**Work request:** Among the entries below, one line contains "#132=EDGE_CURVE('',#129,#31,#131,.T.);" and another contains "#154=LINE('',#48,#18);". Transcribe those two lines and every line between them, exactly.

**Working data:**
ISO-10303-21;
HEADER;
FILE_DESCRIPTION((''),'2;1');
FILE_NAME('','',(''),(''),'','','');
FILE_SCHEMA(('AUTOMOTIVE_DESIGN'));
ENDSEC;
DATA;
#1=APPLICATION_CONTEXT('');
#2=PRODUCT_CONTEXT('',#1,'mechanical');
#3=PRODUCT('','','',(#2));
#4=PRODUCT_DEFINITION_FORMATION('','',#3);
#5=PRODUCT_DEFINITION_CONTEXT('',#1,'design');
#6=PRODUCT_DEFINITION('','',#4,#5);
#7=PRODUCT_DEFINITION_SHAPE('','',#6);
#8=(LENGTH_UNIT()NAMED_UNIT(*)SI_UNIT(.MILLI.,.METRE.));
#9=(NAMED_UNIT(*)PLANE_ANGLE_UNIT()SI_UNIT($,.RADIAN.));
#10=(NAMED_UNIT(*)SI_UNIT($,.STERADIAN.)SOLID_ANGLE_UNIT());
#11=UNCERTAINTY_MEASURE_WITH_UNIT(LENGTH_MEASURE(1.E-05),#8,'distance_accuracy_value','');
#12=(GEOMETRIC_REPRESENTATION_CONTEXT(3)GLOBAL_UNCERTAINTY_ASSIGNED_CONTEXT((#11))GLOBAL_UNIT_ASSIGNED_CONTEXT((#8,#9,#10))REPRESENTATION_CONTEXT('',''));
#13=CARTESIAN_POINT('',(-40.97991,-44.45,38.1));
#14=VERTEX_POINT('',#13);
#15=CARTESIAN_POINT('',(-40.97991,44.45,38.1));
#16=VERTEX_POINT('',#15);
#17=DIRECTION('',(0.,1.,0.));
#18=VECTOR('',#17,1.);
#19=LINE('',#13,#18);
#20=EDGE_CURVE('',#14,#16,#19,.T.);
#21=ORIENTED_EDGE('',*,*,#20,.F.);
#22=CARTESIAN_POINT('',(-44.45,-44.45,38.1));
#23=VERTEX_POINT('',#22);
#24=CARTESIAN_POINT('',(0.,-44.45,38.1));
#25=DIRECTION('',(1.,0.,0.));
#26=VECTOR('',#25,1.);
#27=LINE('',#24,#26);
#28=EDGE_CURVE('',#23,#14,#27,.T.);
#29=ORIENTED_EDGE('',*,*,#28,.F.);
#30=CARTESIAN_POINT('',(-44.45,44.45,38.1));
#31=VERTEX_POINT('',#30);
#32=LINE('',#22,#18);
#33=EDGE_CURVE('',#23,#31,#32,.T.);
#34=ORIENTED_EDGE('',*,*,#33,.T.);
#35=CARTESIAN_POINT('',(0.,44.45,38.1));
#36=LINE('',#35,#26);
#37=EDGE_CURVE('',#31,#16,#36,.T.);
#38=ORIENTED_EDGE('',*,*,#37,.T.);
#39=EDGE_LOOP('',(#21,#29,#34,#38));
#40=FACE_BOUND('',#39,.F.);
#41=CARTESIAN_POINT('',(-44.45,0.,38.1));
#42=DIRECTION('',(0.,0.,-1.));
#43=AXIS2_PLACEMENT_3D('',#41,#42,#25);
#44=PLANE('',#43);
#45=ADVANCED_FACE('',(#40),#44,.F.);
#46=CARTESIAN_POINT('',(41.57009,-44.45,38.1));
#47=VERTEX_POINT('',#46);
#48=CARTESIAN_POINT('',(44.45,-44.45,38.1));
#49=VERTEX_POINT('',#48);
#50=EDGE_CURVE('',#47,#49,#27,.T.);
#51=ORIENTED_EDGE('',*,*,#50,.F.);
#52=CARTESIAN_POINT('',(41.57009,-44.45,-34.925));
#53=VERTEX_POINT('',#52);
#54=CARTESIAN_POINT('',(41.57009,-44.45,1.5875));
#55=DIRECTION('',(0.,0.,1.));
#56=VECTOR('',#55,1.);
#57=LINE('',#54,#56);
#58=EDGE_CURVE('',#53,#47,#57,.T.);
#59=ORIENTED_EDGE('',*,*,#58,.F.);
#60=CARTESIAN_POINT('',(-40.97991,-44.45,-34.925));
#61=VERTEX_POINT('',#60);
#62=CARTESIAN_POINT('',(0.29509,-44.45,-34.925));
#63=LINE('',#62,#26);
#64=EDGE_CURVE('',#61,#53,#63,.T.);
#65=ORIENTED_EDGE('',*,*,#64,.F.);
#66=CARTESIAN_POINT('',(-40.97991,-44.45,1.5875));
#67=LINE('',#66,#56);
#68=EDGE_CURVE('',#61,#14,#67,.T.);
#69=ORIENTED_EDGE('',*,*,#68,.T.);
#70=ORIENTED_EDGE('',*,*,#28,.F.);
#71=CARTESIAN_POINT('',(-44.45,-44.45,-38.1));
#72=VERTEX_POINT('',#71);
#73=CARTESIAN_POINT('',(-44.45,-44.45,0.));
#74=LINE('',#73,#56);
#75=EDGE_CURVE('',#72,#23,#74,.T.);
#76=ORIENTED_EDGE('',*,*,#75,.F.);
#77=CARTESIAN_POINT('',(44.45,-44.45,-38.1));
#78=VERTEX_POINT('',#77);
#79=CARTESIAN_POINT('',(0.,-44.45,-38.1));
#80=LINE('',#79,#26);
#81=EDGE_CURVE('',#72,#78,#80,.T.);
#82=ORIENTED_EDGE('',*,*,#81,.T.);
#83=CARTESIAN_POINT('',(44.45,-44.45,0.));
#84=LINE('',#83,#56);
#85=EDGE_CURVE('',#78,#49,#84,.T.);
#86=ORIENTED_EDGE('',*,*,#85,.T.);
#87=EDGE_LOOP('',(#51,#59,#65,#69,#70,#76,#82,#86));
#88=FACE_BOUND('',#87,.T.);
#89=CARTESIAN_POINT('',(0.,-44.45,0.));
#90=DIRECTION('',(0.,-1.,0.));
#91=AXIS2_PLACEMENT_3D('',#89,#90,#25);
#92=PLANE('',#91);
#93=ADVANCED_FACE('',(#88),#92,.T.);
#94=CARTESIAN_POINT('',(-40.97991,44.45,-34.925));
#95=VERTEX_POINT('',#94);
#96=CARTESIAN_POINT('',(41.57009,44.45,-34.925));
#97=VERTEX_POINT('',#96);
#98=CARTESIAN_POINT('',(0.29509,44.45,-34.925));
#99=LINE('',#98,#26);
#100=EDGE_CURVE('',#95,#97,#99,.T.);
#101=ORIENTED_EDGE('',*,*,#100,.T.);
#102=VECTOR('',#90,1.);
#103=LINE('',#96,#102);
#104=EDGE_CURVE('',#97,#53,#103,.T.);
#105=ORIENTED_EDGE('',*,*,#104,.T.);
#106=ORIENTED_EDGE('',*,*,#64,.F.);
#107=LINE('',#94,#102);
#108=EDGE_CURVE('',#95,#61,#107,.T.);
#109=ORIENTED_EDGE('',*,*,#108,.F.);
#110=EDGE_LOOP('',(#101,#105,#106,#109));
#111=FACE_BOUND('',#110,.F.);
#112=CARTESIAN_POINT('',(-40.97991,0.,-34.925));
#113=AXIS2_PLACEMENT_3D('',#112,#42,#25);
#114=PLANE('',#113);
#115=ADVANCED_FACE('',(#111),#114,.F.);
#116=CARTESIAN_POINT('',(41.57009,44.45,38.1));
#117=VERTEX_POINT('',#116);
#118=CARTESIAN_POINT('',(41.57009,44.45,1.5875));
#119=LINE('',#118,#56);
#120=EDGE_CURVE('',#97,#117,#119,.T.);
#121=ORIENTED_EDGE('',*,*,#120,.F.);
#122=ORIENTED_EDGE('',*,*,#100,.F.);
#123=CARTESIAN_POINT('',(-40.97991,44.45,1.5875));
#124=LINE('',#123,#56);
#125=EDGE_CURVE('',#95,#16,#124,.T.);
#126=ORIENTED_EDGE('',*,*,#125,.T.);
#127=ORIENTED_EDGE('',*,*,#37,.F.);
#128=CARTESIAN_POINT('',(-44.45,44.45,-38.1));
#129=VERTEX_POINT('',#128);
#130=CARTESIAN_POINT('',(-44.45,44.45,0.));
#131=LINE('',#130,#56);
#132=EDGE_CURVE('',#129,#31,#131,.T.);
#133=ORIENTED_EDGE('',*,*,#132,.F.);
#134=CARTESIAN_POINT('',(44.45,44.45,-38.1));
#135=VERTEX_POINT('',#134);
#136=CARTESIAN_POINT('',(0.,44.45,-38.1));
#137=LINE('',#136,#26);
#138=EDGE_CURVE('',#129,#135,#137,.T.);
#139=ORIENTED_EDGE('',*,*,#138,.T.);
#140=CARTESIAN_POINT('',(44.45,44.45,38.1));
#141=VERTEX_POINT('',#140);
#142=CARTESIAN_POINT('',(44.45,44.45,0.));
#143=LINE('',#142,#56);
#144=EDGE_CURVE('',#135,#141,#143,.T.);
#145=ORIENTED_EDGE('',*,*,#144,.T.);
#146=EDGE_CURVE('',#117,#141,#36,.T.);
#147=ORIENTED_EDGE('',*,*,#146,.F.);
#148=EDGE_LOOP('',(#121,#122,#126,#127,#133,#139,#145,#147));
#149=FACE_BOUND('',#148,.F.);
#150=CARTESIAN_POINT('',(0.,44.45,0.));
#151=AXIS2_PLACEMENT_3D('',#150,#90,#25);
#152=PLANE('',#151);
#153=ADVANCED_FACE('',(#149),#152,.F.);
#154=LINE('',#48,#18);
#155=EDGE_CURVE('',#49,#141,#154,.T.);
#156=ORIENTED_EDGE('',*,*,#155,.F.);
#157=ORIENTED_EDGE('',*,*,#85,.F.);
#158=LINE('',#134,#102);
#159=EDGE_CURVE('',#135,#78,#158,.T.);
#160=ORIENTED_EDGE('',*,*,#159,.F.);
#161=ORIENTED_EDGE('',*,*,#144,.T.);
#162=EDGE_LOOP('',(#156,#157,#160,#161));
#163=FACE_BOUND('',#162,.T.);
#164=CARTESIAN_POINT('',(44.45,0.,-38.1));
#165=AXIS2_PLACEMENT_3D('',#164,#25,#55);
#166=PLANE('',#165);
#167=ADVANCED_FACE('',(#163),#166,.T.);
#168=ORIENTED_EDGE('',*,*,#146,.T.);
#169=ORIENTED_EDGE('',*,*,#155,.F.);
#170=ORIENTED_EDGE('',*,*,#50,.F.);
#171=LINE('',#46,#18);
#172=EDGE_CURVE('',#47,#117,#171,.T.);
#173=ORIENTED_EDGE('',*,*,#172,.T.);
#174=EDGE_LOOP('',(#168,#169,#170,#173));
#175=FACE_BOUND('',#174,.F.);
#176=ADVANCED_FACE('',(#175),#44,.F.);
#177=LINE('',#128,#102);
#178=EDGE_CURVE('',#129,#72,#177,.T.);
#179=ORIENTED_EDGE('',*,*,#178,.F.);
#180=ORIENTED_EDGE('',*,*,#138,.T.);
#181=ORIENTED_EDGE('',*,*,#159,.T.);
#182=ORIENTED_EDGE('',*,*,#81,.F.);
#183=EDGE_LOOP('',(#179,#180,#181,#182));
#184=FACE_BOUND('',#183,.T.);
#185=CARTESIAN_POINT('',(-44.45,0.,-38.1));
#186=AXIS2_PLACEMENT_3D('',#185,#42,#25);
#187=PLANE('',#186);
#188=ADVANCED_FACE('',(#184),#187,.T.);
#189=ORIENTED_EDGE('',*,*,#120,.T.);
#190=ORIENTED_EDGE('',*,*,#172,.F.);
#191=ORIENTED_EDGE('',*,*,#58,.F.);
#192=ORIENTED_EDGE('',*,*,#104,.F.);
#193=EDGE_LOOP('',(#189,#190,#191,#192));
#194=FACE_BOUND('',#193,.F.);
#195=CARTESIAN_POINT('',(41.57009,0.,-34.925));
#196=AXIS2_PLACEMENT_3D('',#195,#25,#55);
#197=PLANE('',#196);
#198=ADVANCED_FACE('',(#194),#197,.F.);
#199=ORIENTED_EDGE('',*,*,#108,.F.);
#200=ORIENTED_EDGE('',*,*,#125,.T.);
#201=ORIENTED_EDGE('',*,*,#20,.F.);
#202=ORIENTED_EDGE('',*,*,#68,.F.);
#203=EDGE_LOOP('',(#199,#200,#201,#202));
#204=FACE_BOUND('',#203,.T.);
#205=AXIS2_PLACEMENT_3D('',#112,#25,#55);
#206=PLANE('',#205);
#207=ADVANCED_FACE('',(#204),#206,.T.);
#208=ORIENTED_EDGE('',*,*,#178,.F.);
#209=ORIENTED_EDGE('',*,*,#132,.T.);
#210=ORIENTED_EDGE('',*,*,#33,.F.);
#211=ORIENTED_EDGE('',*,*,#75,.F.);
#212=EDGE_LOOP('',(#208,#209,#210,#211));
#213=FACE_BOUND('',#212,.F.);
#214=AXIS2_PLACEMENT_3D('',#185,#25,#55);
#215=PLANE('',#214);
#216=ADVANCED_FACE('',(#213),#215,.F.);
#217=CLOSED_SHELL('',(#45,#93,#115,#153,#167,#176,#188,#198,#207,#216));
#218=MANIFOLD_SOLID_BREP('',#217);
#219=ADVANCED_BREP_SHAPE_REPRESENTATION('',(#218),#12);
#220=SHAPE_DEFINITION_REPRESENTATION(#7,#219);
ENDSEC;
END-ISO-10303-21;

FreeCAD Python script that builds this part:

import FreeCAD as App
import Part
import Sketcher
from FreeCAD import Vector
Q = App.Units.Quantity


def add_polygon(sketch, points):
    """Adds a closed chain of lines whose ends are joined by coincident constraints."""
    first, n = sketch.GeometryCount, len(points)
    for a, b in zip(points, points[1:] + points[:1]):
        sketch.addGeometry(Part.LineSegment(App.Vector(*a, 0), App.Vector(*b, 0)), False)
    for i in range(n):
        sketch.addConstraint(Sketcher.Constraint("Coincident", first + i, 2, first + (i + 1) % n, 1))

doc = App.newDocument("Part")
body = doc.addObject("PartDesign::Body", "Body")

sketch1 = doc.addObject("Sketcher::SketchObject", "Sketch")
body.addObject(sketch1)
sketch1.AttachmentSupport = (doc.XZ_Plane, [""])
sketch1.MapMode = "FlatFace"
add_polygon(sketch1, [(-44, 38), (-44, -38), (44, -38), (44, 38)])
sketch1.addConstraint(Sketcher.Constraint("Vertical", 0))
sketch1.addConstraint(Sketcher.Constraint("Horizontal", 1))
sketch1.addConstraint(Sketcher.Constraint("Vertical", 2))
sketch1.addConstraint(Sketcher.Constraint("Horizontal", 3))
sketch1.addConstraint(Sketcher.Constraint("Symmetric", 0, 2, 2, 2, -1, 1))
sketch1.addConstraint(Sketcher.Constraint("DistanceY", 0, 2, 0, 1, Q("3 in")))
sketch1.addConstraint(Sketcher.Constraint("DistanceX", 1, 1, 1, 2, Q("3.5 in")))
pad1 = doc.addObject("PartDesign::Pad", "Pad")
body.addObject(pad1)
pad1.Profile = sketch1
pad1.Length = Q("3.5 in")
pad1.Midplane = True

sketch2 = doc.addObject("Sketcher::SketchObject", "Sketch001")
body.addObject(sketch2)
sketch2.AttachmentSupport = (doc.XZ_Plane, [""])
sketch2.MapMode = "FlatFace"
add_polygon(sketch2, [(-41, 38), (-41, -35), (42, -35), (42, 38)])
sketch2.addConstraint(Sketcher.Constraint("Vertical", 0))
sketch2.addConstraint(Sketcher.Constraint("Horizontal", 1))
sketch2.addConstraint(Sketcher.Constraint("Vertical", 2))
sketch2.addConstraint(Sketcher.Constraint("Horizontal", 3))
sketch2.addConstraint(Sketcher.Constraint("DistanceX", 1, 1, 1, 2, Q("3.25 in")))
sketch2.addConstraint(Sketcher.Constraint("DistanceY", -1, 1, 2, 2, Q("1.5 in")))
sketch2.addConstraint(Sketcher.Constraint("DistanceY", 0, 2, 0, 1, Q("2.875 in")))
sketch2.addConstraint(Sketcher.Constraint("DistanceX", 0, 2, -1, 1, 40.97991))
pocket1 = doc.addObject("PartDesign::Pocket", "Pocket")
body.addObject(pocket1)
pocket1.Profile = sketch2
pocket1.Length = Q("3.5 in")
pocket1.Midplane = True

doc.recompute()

**Solution to the problem:**
#132=EDGE_CURVE('',#129,#31,#131,.T.);
#133=ORIENTED_EDGE('',*,*,#132,.F.);
#134=CARTESIAN_POINT('',(44.45,44.45,-38.1));
#135=VERTEX_POINT('',#134);
#136=CARTESIAN_POINT('',(0.,44.45,-38.1));
#137=LINE('',#136,#26);
#138=EDGE_CURVE('',#129,#135,#137,.T.);
#139=ORIENTED_EDGE('',*,*,#138,.T.);
#140=CARTESIAN_POINT('',(44.45,44.45,38.1));
#141=VERTEX_POINT('',#140);
#142=CARTESIAN_POINT('',(44.45,44.45,0.));
#143=LINE('',#142,#56);
#144=EDGE_CURVE('',#135,#141,#143,.T.);
#145=ORIENTED_EDGE('',*,*,#144,.T.);
#146=EDGE_CURVE('',#117,#141,#36,.T.);
#147=ORIENTED_EDGE('',*,*,#146,.F.);
#148=EDGE_LOOP('',(#121,#122,#126,#127,#133,#139,#145,#147));
#149=FACE_BOUND('',#148,.F.);
#150=CARTESIAN_POINT('',(0.,44.45,0.));
#151=AXIS2_PLACEMENT_3D('',#150,#90,#25);
#152=PLANE('',#151);
#153=ADVANCED_FACE('',(#149),#152,.F.);
#154=LINE('',#48,#18);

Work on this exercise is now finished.